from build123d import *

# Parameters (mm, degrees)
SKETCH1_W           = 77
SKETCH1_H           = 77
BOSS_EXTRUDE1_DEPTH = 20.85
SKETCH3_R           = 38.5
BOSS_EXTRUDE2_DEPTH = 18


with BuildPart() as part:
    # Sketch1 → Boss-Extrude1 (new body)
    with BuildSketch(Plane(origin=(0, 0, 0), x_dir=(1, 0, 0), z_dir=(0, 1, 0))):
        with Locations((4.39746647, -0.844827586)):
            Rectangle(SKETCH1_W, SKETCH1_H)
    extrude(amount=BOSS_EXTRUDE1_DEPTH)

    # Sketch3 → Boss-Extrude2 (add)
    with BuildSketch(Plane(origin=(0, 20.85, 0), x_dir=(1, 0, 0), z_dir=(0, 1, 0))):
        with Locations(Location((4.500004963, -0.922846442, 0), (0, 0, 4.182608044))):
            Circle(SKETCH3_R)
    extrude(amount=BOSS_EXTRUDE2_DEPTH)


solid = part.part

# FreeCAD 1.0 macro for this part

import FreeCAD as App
import Part
import Sketcher


def add_polygon(sketch, points):
    """Adds a closed chain of lines whose ends are joined by coincident constraints."""
    first, n = sketch.GeometryCount, len(points)
    for a, b in zip(points, points[1:] + points[:1]):
        sketch.addGeometry(Part.LineSegment(App.Vector(*a, 0), App.Vector(*b, 0)), False)
    for i in range(n):
        sketch.addConstraint(Sketcher.Constraint("Coincident", first + i, 2, first + (i + 1) % n, 1))

doc = App.newDocument("Part")
body = doc.addObject("PartDesign::Body", "Body")

sketch1 = body.newObject("Sketcher::SketchObject", "Sketch")
sketch1.AttachmentSupport = (doc.getObject("XZ_Plane"), [""])
sketch1.MapMode = "FlatFace"
add_polygon(sketch1, [(-34, -38), (-34, 39), (43, 39), (43, -38)])
sketch1.addConstraint([
    Sketcher.Constraint("Vertical", 0),
    Sketcher.Constraint("Horizontal", 1),
    Sketcher.Constraint("Vertical", 2),
    Sketcher.Constraint("Horizontal", 3),
    Sketcher.Constraint("Equal", 3, 0),
    Sketcher.Constraint("DistanceX", 1, 1, 1, 2, 77.0),
    Sketcher.Constraint("DistanceX", 0, 2, -1, 1, 34.102534),
    Sketcher.Constraint("DistanceY", -1, 1, 0, 2, 39.344828),
])
pad1 = body.newObject("PartDesign::Pad", "Pad")
pad1.Profile = sketch1
pad1.Length = 20.85
pad1.Reversed = True

sketch2 = body.newObject("Sketcher::SketchObject", "Sketch001")
sketch2.AttachmentSupport = (doc.getObject("XZ_Plane"), [""])
sketch2.MapMode = "FlatFace"
sketch2.AttachmentOffset = App.Placement(App.Vector(0, 0, -20.85), App.Rotation())
sketch2.addGeometry(Part.Circle(App.Vector(5, 1, 0), App.Vector(0, 0, 1), 38), False)
sketch2.addConstraint([
    Sketcher.Constraint("Diameter", 0, 77.0),
    Sketcher.Constraint("DistanceX", -1, 1, 0, 3, 4.500005),
    Sketcher.Constraint("DistanceY", -1, 1, 0, 3, 0.922846),
])
pad2 = body.newObject("PartDesign::Pad", "Pad001")
pad2.Profile = sketch2
pad2.Length = 18
pad2.Reversed = True

doc.recompute()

▶ PROBLEM TO WORK ON:
What is needed is an exact transcription of every entry.

▶ FINAL ANSWER:
from build123d import *

# Parameters (mm, degrees)
SKETCH1_W           = 77
SKETCH1_H           = 77
BOSS_EXTRUDE1_DEPTH = 20.85
SKETCH3_R           = 38.5
BOSS_EXTRUDE2_DEPTH = 18


with BuildPart() as part:
    # Sketch1 → Boss-Extrude1 (new body)
    with BuildSketch(Plane(origin=(0, 0, 0), x_dir=(1, 0, 0), z_dir=(0, 1, 0))):
        with Locations((4.39746647, -0.844827586)):
            Rectangle(SKETCH1_W, SKETCH1_H)
    extrude(amount=BOSS_EXTRUDE1_DEPTH)

    # Sketch3 → Boss-Extrude2 (add)
    with BuildSketch(Plane(origin=(0, 20.85, 0), x_dir=(1, 0, 0), z_dir=(0, 1, 0))):
        with Locations(Location((4.500004963, -0.922846442, 0), (0, 0, 4.182608044))):
            Circle(SKETCH3_R)
    extrude(amount=BOSS_EXTRUDE2_DEPTH)


solid = part.part

# FreeCAD 1.0 macro for this part

import FreeCAD as App
import Part
import Sketcher


def add_polygon(sketch, points):
    """Adds a closed chain of lines whose ends are joined by coincident constraints."""
    first, n = sketch.GeometryCount, len(points)
    for a, b in zip(points, points[1:] + points[:1]):
        sketch.addGeometry(Part.LineSegment(App.Vector(*a, 0), App.Vector(*b, 0)), False)
    for i in range(n):
        sketch.addConstraint(Sketcher.Constraint("Coincident", first + i, 2, first + (i + 1) % n, 1))

doc = App.newDocument("Part")
body = doc.addObject("PartDesign::Body", "Body")

sketch1 = body.newObject("Sketcher::SketchObject", "Sketch")
sketch1.AttachmentSupport = (doc.getObject("XZ_Plane"), [""])
sketch1.MapMode = "FlatFace"
add_polygon(sketch1, [(-34, -38), (-34, 39), (43, 39), (43, -38)])
sketch1.addConstraint([
    Sketcher.Constraint("Vertical", 0),
    Sketcher.Constraint("Horizontal", 1),
    Sketcher.Constraint("Vertical", 2),
    Sketcher.Constraint("Horizontal", 3),
    Sketcher.Constraint("Equal", 3, 0),
    Sketcher.Constraint("DistanceX", 1, 1, 1, 2, 77.0),
    Sketcher.Constraint("DistanceX", 0, 2, -1, 1, 34.102534),
    Sketcher.Constraint("DistanceY", -1, 1, 0, 2, 39.344828),
])
pad1 = body.newObject("PartDesign::Pad", "Pad")
pad1.Profile = sketch1
pad1.Length = 20.85
pad1.Reversed = True

sketch2 = body.newObject("Sketcher::SketchObject", "Sketch001")
sketch2.AttachmentSupport = (doc.getObject("XZ_Plane"), [""])
sketch2.MapMode = "FlatFace"
sketch2.AttachmentOffset = App.Placement(App.Vector(0, 0, -20.85), App.Rotation())
sketch2.addGeometry(Part.Circle(App.Vector(5, 1, 0), App.Vector(0, 0, 1), 38), False)
sketch2.addConstraint([
    Sketcher.Constraint("Diameter", 0, 77.0),
    Sketcher.Constraint("DistanceX", -1, 1, 0, 3, 4.500005),
    Sketcher.Constraint("DistanceY", -1, 1, 0, 3, 0.922846),
])
pad2 = body.newObject("PartDesign::Pad", "Pad001")
pad2.Profile = sketch2
pad2.Length = 18
pad2.Reversed = True

doc.recompute()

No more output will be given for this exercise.